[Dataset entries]
Start of Block

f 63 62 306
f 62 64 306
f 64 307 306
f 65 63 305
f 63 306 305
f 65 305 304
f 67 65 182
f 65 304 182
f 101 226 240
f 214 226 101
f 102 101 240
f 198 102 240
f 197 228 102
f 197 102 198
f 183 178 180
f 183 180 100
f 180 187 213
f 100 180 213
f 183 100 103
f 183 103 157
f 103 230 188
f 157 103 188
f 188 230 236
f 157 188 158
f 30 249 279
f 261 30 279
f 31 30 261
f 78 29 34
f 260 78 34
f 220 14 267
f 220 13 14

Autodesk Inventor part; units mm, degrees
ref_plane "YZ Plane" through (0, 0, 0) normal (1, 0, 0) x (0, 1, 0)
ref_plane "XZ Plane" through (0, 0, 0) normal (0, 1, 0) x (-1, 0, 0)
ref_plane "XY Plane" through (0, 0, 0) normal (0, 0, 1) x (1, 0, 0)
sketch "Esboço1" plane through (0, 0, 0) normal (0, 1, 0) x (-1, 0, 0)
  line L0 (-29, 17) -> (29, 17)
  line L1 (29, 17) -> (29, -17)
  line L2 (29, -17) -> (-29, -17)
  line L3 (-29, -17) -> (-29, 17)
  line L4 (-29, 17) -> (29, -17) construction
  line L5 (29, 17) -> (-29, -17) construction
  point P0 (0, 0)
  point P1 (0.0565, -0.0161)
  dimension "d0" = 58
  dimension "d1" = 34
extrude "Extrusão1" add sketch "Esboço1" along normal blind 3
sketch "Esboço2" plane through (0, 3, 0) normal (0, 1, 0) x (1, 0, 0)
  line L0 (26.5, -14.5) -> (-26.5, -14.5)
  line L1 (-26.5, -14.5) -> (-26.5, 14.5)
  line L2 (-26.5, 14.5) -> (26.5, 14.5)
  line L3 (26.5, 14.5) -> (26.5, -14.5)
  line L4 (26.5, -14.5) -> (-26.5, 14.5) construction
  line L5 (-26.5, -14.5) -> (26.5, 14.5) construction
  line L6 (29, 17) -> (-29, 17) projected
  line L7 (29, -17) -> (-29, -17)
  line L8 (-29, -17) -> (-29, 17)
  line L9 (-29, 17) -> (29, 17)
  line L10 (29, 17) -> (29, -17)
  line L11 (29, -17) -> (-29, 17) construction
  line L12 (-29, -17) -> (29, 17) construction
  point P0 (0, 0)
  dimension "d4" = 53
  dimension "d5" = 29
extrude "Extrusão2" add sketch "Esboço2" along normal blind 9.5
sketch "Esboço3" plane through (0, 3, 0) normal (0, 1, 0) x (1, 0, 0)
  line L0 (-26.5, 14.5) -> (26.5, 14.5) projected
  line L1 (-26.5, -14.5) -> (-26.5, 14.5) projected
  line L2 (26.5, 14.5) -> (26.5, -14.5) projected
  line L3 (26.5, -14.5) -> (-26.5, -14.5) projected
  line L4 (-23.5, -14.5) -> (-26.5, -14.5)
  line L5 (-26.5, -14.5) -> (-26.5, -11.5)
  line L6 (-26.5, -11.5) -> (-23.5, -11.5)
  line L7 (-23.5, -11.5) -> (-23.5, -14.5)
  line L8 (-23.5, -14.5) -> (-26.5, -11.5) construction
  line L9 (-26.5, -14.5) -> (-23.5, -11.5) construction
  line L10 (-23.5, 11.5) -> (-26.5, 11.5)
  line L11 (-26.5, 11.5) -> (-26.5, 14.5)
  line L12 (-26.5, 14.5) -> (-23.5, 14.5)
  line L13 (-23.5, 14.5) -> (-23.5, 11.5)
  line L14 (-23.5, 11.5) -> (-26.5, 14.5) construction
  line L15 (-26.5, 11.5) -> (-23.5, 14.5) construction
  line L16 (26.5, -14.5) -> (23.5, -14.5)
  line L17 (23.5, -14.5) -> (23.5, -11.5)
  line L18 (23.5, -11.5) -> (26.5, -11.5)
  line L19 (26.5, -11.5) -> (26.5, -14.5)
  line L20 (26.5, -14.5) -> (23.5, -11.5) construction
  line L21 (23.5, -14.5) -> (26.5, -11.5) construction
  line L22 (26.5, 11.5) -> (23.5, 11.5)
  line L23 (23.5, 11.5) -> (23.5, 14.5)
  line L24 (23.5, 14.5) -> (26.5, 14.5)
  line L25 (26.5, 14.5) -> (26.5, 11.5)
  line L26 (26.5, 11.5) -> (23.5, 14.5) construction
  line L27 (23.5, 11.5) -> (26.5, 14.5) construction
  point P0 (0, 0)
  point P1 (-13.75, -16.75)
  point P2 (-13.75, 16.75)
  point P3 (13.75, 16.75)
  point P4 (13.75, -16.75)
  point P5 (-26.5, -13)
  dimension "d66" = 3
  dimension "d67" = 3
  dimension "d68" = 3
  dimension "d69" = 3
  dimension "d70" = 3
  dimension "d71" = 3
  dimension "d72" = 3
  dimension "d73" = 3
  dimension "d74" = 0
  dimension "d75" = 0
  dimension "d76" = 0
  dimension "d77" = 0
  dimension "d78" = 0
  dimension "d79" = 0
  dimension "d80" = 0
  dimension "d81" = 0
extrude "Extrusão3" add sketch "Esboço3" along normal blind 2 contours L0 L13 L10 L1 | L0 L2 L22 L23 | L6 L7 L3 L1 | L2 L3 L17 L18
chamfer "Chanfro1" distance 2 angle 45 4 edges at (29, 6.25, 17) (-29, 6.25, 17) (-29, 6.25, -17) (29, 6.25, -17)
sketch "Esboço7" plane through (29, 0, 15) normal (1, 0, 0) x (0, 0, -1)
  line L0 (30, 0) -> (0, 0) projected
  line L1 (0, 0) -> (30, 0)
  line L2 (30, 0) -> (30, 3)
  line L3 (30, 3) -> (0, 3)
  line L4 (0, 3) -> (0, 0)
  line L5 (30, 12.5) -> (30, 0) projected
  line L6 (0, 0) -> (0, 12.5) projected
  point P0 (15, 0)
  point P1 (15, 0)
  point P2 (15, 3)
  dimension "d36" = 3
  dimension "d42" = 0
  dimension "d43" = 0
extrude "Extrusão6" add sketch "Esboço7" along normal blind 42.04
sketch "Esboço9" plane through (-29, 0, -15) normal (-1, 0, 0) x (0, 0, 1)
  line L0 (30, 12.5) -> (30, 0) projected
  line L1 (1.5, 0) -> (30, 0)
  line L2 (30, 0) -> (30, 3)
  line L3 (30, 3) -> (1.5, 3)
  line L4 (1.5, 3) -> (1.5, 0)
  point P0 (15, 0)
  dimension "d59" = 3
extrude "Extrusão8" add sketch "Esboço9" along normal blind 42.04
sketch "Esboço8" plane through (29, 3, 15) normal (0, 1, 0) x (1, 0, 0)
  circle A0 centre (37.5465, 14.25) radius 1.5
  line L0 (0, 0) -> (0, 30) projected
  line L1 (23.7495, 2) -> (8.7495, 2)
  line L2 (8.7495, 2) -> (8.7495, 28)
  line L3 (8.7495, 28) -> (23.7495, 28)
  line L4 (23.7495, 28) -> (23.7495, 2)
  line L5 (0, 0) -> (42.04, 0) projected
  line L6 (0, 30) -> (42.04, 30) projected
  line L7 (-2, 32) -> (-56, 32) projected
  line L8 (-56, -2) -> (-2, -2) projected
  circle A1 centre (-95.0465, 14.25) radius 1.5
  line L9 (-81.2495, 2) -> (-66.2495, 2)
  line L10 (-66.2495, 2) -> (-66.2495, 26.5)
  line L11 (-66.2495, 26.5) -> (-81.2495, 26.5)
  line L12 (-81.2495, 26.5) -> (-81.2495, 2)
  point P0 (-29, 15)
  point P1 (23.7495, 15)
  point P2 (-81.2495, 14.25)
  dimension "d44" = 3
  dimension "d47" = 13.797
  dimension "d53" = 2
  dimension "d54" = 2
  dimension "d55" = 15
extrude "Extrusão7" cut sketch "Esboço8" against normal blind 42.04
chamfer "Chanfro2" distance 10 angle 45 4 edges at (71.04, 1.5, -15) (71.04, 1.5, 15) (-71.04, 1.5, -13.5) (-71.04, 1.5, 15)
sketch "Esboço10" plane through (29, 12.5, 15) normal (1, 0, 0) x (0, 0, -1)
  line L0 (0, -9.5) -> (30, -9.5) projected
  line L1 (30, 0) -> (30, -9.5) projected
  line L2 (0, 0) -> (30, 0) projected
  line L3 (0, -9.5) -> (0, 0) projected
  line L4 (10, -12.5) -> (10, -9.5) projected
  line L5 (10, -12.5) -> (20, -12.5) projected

End of Block

* _What is being asked_:
Within the data above, pick out all lines holding the word "edges".

* _Response_:
chamfer "Chanfro1" distance 2 angle 45 4 edges at (29, 6.25, 17) (-29, 6.25, 17) (-29, 6.25, -17) (29, 6.25, -17)
chamfer "Chanfro2" distance 10 angle 45 4 edges at (71.04, 1.5, -15) (71.04, 1.5, 15) (-71.04, 1.5, -13.5) (-71.04, 1.5, 15)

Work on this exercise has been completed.